EXERCISE DATA Block Start

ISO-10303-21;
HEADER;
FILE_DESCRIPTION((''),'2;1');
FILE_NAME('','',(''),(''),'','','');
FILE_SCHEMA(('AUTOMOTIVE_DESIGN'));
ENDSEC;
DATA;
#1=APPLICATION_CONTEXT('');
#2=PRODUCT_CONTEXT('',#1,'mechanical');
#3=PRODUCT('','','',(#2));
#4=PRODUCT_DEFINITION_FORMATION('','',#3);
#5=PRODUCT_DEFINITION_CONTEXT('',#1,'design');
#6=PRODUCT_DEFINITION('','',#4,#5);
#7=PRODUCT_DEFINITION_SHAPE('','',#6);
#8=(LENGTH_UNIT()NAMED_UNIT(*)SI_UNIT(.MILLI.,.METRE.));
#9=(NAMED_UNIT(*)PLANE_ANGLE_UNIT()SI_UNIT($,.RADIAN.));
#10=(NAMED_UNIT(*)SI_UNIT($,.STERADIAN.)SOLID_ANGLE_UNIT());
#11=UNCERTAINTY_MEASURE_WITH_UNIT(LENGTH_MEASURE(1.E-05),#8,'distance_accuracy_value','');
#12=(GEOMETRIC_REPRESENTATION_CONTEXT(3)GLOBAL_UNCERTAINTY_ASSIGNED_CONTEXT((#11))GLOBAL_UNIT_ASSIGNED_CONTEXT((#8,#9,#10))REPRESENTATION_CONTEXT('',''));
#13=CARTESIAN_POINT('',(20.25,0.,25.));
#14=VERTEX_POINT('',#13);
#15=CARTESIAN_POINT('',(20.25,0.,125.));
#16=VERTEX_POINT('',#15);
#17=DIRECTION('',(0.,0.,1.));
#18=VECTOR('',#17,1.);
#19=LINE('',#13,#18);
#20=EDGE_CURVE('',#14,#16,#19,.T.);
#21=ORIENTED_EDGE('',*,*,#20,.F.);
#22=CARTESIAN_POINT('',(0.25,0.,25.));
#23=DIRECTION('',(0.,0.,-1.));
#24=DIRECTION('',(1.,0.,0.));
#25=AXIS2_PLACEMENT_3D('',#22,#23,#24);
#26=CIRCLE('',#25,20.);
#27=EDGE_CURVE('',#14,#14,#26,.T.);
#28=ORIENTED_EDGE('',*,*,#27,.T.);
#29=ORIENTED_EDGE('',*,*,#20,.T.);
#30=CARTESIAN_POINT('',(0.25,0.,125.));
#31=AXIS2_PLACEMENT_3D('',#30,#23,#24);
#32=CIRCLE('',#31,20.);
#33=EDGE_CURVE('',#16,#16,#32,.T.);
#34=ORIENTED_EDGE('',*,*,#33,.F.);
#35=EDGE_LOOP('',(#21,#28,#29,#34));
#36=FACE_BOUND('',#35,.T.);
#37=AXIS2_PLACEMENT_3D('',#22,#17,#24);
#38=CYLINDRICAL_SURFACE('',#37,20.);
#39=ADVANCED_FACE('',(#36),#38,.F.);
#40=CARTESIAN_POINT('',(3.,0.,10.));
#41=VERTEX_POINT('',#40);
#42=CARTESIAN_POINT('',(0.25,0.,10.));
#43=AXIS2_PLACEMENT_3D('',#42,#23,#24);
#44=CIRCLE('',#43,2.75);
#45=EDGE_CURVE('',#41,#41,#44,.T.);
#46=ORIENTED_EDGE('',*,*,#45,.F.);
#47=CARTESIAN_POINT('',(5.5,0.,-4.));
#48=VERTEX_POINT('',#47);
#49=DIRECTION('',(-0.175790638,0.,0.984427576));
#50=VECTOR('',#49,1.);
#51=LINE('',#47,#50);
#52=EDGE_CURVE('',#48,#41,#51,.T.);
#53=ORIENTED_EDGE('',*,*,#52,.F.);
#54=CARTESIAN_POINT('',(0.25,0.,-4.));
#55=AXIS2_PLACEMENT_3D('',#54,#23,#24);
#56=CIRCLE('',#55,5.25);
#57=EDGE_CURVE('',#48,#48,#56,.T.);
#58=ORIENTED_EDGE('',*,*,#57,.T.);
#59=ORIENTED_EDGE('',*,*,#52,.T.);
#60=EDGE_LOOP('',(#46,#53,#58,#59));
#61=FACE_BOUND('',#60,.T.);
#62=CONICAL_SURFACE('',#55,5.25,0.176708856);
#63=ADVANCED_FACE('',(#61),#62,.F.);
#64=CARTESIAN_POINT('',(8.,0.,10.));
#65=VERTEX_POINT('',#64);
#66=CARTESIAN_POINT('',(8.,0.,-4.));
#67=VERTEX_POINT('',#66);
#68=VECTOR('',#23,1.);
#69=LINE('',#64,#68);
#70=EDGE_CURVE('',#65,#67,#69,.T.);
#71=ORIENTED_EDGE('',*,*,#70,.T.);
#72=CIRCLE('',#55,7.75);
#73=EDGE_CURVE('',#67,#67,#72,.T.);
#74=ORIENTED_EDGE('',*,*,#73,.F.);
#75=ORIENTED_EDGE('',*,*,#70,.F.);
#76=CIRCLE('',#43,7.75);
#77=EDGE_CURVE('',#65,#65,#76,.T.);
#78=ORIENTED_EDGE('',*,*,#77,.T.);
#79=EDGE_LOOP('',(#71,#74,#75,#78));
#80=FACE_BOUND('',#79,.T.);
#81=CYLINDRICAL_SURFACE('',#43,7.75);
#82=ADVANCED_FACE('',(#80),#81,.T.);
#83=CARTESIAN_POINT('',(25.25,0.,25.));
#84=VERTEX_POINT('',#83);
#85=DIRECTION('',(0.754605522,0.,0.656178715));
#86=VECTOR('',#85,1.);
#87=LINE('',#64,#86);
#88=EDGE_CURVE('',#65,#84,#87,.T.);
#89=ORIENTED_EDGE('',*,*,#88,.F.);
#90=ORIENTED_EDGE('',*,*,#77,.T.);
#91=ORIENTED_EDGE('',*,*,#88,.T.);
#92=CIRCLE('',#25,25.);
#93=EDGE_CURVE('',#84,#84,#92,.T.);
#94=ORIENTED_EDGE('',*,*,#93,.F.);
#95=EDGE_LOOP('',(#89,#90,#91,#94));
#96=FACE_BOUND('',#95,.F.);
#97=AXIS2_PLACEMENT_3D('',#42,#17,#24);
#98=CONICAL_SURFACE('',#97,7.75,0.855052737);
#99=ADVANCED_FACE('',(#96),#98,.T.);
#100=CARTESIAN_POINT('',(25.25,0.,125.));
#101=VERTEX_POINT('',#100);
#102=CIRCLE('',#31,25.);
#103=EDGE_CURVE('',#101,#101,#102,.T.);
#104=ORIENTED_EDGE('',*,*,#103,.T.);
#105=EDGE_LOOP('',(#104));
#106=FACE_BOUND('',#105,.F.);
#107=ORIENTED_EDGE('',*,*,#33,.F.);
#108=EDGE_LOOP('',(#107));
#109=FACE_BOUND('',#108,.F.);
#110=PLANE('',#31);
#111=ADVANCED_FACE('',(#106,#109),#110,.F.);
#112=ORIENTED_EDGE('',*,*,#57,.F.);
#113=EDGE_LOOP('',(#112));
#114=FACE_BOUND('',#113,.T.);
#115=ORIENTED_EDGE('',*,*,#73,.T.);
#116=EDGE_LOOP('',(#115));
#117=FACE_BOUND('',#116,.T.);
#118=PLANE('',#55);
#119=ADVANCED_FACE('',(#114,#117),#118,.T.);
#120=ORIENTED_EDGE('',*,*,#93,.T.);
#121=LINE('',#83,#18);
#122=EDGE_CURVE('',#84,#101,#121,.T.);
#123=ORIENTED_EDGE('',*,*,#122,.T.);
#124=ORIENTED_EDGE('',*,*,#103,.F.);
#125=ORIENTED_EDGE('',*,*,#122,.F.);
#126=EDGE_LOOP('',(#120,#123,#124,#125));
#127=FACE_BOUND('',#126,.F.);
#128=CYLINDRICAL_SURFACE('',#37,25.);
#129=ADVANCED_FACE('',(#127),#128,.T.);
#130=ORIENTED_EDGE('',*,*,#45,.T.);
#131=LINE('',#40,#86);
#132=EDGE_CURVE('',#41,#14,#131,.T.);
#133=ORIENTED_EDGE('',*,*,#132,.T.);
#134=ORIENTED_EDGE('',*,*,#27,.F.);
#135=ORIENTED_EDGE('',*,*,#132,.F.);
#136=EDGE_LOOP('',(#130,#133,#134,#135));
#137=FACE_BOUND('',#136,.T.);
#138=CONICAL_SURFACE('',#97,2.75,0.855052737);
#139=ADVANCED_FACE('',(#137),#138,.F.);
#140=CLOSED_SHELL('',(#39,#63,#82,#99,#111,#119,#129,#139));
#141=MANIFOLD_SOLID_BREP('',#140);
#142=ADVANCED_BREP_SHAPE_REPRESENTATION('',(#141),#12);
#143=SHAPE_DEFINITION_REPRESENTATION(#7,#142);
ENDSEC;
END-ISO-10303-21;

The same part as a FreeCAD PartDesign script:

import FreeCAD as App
import Part
import Sketcher
Q = App.Units.Quantity

doc = App.newDocument("Part")
params = doc.addObject("Spreadsheet::Sheet", "Params")
for row, (alias, value) in enumerate([
    ("sketch1_width", "5 mm"),
    ("sketch1_height", "100 mm"),
    ("sketch1_height2", "14 mm"),
    ("revolution_angle", "360 deg"),
], start=1):
    params.set(f"A{row}", alias)
    params.set(f"B{row}", "=" + value)
    params.setAlias(f"B{row}", alias)

body = doc.addObject("PartDesign::Body", "Body")

# Sketch on XZ plane
sketch1 = doc.addObject("Sketcher::SketchObject", "Sketch")
body.addObject(sketch1)
sketch1.AttachmentSupport = (doc.XZ_Plane, [""])
sketch1.MapMode = "FlatFace"
sketch1.addGeometry([
    Part.LineSegment(App.Vector(5.5, -4, 0), App.Vector(3, 10, 0)),  # 0
    Part.LineSegment(App.Vector(3, 10, 0), App.Vector(20.2, 25, 0)),  # 1
    Part.LineSegment(App.Vector(20.2, 25, 0), App.Vector(20.2, 125, 0)),  # 2
    Part.LineSegment(App.Vector(20.2, 125, 0), App.Vector(25.2, 125, 0)),  # 3
    Part.LineSegment(App.Vector(25.2, 125, 0), App.Vector(25.2, 25, 0)),  # 4
    Part.LineSegment(App.Vector(25.2, 25, 0), App.Vector(8, 10, 0)),  # 5
    Part.LineSegment(App.Vector(8, 10, 0), App.Vector(8, -4, 0)),  # 6
    Part.LineSegment(App.Vector(8, -4, 0), App.Vector(5.5, -4, 0)),  # 7
], False)
sketch1.addGeometry(Part.LineSegment(App.Vector(0.2, 125, 0), App.Vector(0.2, -4, 0)), True)  # axis
sketch1.addConstraint([
    Sketcher.Constraint("Coincident", 0, 2, 1, 1),
    Sketcher.Constraint("Coincident", 1, 2, 2, 1),
    Sketcher.Constraint("Coincident", 2, 2, 3, 1),
    Sketcher.Constraint("Coincident", 3, 2, 4, 1),
    Sketcher.Constraint("Coincident", 4, 2, 5, 1),
    Sketcher.Constraint("Coincident", 5, 2, 6, 1),
    Sketcher.Constraint("Coincident", 6, 2, 7, 1),
    Sketcher.Constraint("Coincident", 7, 2, 0, 1),
    Sketcher.Constraint("Vertical", 2),
    Sketcher.Constraint("Horizontal", 3),
    Sketcher.Constraint("Vertical", 4),
    Sketcher.Constraint("Vertical", 6),
    Sketcher.Constraint("Horizontal", 7),
    Sketcher.Constraint("Vertical", 8),
    Sketcher.Constraint("Parallel", 1, 5),
    Sketcher.Constraint("Horizontal", 1, 2, 4, 2),
    Sketcher.Constraint("Horizontal", 0, 2, 5, 2),
    Sketcher.Constraint("Horizontal", 3, 2, 8, 1),
    Sketcher.Constraint("Horizontal", 7, 2, 8, 2),
    Sketcher.Constraint("DistanceX", 3, 1, 3, 2, Q("5 mm")),
    Sketcher.Constraint("DistanceY", 2, 1, 2, 2, Q("100 mm")),
    Sketcher.Constraint("DistanceY", 6, 2, 6, 1, Q("14 mm")),
    Sketcher.Constraint("DistanceY", -1, 1, 0, 2, Q("10 mm")),
    Sketcher.Constraint("DistanceY", -1, 1, 2, 2, Q("125 mm")),
    Sketcher.Constraint("DistanceX", -1, 1, 5, 2, Q("8 mm")),
    Sketcher.Constraint("DistanceX", -1, 1, 7, 2, Q("5.5 mm")),
    Sketcher.Constraint("DistanceX", 8, 1, 2, 2, Q("20 mm")),
    Sketcher.Constraint("Angle", 1, Q("41.009 deg")),
])
sketch1.setExpression("Constraints[19]", "Params.sketch1_width")
sketch1.setExpression("Constraints[20]", "Params.sketch1_height")
sketch1.setExpression("Constraints[21]", "Params.sketch1_height2")
revolution = doc.addObject("PartDesign::Revolution", "Revolution")
body.addObject(revolution)
revolution.Profile = sketch1
revolution.ReferenceAxis = (sketch1, ["Axis0"])
revolution.setExpression("Angle", "Params.revolution_angle")

doc.recompute()
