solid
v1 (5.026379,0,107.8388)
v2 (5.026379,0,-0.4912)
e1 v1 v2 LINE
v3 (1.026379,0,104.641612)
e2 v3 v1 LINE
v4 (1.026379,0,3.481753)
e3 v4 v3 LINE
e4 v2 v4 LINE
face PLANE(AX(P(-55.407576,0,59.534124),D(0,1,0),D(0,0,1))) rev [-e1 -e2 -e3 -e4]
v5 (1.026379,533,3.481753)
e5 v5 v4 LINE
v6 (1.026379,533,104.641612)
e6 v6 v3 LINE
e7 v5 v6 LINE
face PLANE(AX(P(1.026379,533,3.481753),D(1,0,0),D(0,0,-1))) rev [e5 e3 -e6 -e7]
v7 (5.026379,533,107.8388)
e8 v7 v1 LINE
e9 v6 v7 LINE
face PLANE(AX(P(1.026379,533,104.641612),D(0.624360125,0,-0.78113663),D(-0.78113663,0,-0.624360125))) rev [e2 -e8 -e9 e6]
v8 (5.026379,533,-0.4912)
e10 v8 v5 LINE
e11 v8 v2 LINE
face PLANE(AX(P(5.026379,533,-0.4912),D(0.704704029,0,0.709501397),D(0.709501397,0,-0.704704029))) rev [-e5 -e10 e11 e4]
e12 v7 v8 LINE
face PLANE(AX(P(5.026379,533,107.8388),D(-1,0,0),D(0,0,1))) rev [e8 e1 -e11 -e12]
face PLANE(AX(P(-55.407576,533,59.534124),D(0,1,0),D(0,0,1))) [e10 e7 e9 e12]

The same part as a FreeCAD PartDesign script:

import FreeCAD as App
import Part
import Sketcher
from FreeCAD import Vector

doc = App.newDocument("Part")
body = doc.addObject("PartDesign::Body", "Body")

sketch1 = doc.addObject("Sketcher::SketchObject", "Sketch")
body.addObject(sketch1)
sketch1.AttachmentSupport = (doc.XZ_Plane, [""])
sketch1.MapMode = "FlatFace"
sketch1.addGeometry(Part.LineSegment(Vector(1, 3, 0), Vector(1, 105, 0)), False)
sketch1.addGeometry(Part.LineSegment(Vector(1, 105, 0), Vector(5, 108, 0)), False)
sketch1.addGeometry(Part.LineSegment(Vector(5, 108, 0), Vector(5, 0, 0)), False)
sketch1.addGeometry(Part.LineSegment(Vector(5, 0, 0), Vector(1, 3, 0)), False)
sketch1.addConstraint(Sketcher.Constraint("Coincident", 0, 2, 1, 1))
sketch1.addConstraint(Sketcher.Constraint("Coincident", 1, 2, 2, 1))
sketch1.addConstraint(Sketcher.Constraint("Coincident", 2, 2, 3, 1))
sketch1.addConstraint(Sketcher.Constraint("Coincident", 3, 2, 0, 1))
sketch1.addConstraint(Sketcher.Constraint("Vertical", 0))
sketch1.addConstraint(Sketcher.Constraint("Vertical", 2))
sketch1.addConstraint(Sketcher.Constraint("DistanceX", 0, 2, 1, 2, 4.0))
sketch1.addConstraint(Sketcher.Constraint("DistanceY", 2, 2, 2, 1, 108.33))
sketch1.addConstraint(Sketcher.Constraint("DistanceY", 0, 1, 0, 2, 101.159859))
sketch1.addConstraint(Sketcher.Constraint("DistanceY", -1, 1, 1, 2, 107.8388))
sketch1.addConstraint(Sketcher.Constraint("Distance", 3, 5.637762))
sketch1.addConstraint(Sketcher.Constraint("DistanceX", -1, 1, 0, 2, 1.026379))
pad1 = doc.addObject("PartDesign::Pad", "Pad")
body.addObject(pad1)
pad1.Profile = sketch1
pad1.Length = 533
pad1.Reversed = True

doc.recompute()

EXERCISE DATA Block End

• _INSTRUCTIONS TO FOLLOW_
Give back, unchanged, the run of lines in the listing above that begins at the line containing "#67=VERTEX_POINT('',#66);" and ends at the line containing "#126=EDGE_LOOP('',(#120,#123,#124,#125));", both included.

• _THE ANSWER_
#67=VERTEX_POINT('',#66);
#68=VECTOR('',#23,1.);
#69=LINE('',#64,#68);
#70=EDGE_CURVE('',#65,#67,#69,.T.);
#71=ORIENTED_EDGE('',*,*,#70,.T.);
#72=CIRCLE('',#55,7.75);
#73=EDGE_CURVE('',#67,#67,#72,.T.);
#74=ORIENTED_EDGE('',*,*,#73,.F.);
#75=ORIENTED_EDGE('',*,*,#70,.F.);
#76=CIRCLE('',#43,7.75);
#77=EDGE_CURVE('',#65,#65,#76,.T.);
#78=ORIENTED_EDGE('',*,*,#77,.T.);
#79=EDGE_LOOP('',(#71,#74,#75,#78));
#80=FACE_BOUND('',#79,.T.);
#81=CYLINDRICAL_SURFACE('',#43,7.75);
#82=ADVANCED_FACE('',(#80),#81,.T.);
#83=CARTESIAN_POINT('',(25.25,0.,25.));
#84=VERTEX_POINT('',#83);
#85=DIRECTION('',(0.754605522,0.,0.656178715));
#86=VECTOR('',#85,1.);
#87=LINE('',#64,#86);
#88=EDGE_CURVE('',#65,#84,#87,.T.);
#89=ORIENTED_EDGE('',*,*,#88,.F.);
#90=ORIENTED_EDGE('',*,*,#77,.T.);
#91=ORIENTED_EDGE('',*,*,#88,.T.);
#92=CIRCLE('',#25,25.);
#93=EDGE_CURVE('',#84,#84,#92,.T.);
#94=ORIENTED_EDGE('',*,*,#93,.F.);
#95=EDGE_LOOP('',(#89,#90,#91,#94));
#96=FACE_BOUND('',#95,.F.);
#97=AXIS2_PLACEMENT_3D('',#42,#17,#24);
#98=CONICAL_SURFACE('',#97,7.75,0.855052737);
#99=ADVANCED_FACE('',(#96),#98,.T.);
#100=CARTESIAN_POINT('',(25.25,0.,125.));
#101=VERTEX_POINT('',#100);
#102=CIRCLE('',#31,25.);
#103=EDGE_CURVE('',#101,#101,#102,.T.);
#104=ORIENTED_EDGE('',*,*,#103,.T.);
#105=EDGE_LOOP('',(#104));
#106=FACE_BOUND('',#105,.F.);
#107=ORIENTED_EDGE('',*,*,#33,.F.);
#108=EDGE_LOOP('',(#107));
#109=FACE_BOUND('',#108,.F.);
#110=PLANE('',#31);
#111=ADVANCED_FACE('',(#106,#109),#110,.F.);
#112=ORIENTED_EDGE('',*,*,#57,.F.);
#113=EDGE_LOOP('',(#112));
#114=FACE_BOUND('',#113,.T.);
#115=ORIENTED_EDGE('',*,*,#73,.T.);
#116=EDGE_LOOP('',(#115));
#117=FACE_BOUND('',#116,.T.);
#118=PLANE('',#55);
#119=ADVANCED_FACE('',(#114,#117),#118,.T.);
#120=ORIENTED_EDGE('',*,*,#93,.T.);
#121=LINE('',#83,#18);
#122=EDGE_CURVE('',#84,#101,#121,.T.);
#123=ORIENTED_EDGE('',*,*,#122,.T.);
#124=ORIENTED_EDGE('',*,*,#103,.F.);
#125=ORIENTED_EDGE('',*,*,#122,.F.);
#126=EDGE_LOOP('',(#120,#123,#124,#125));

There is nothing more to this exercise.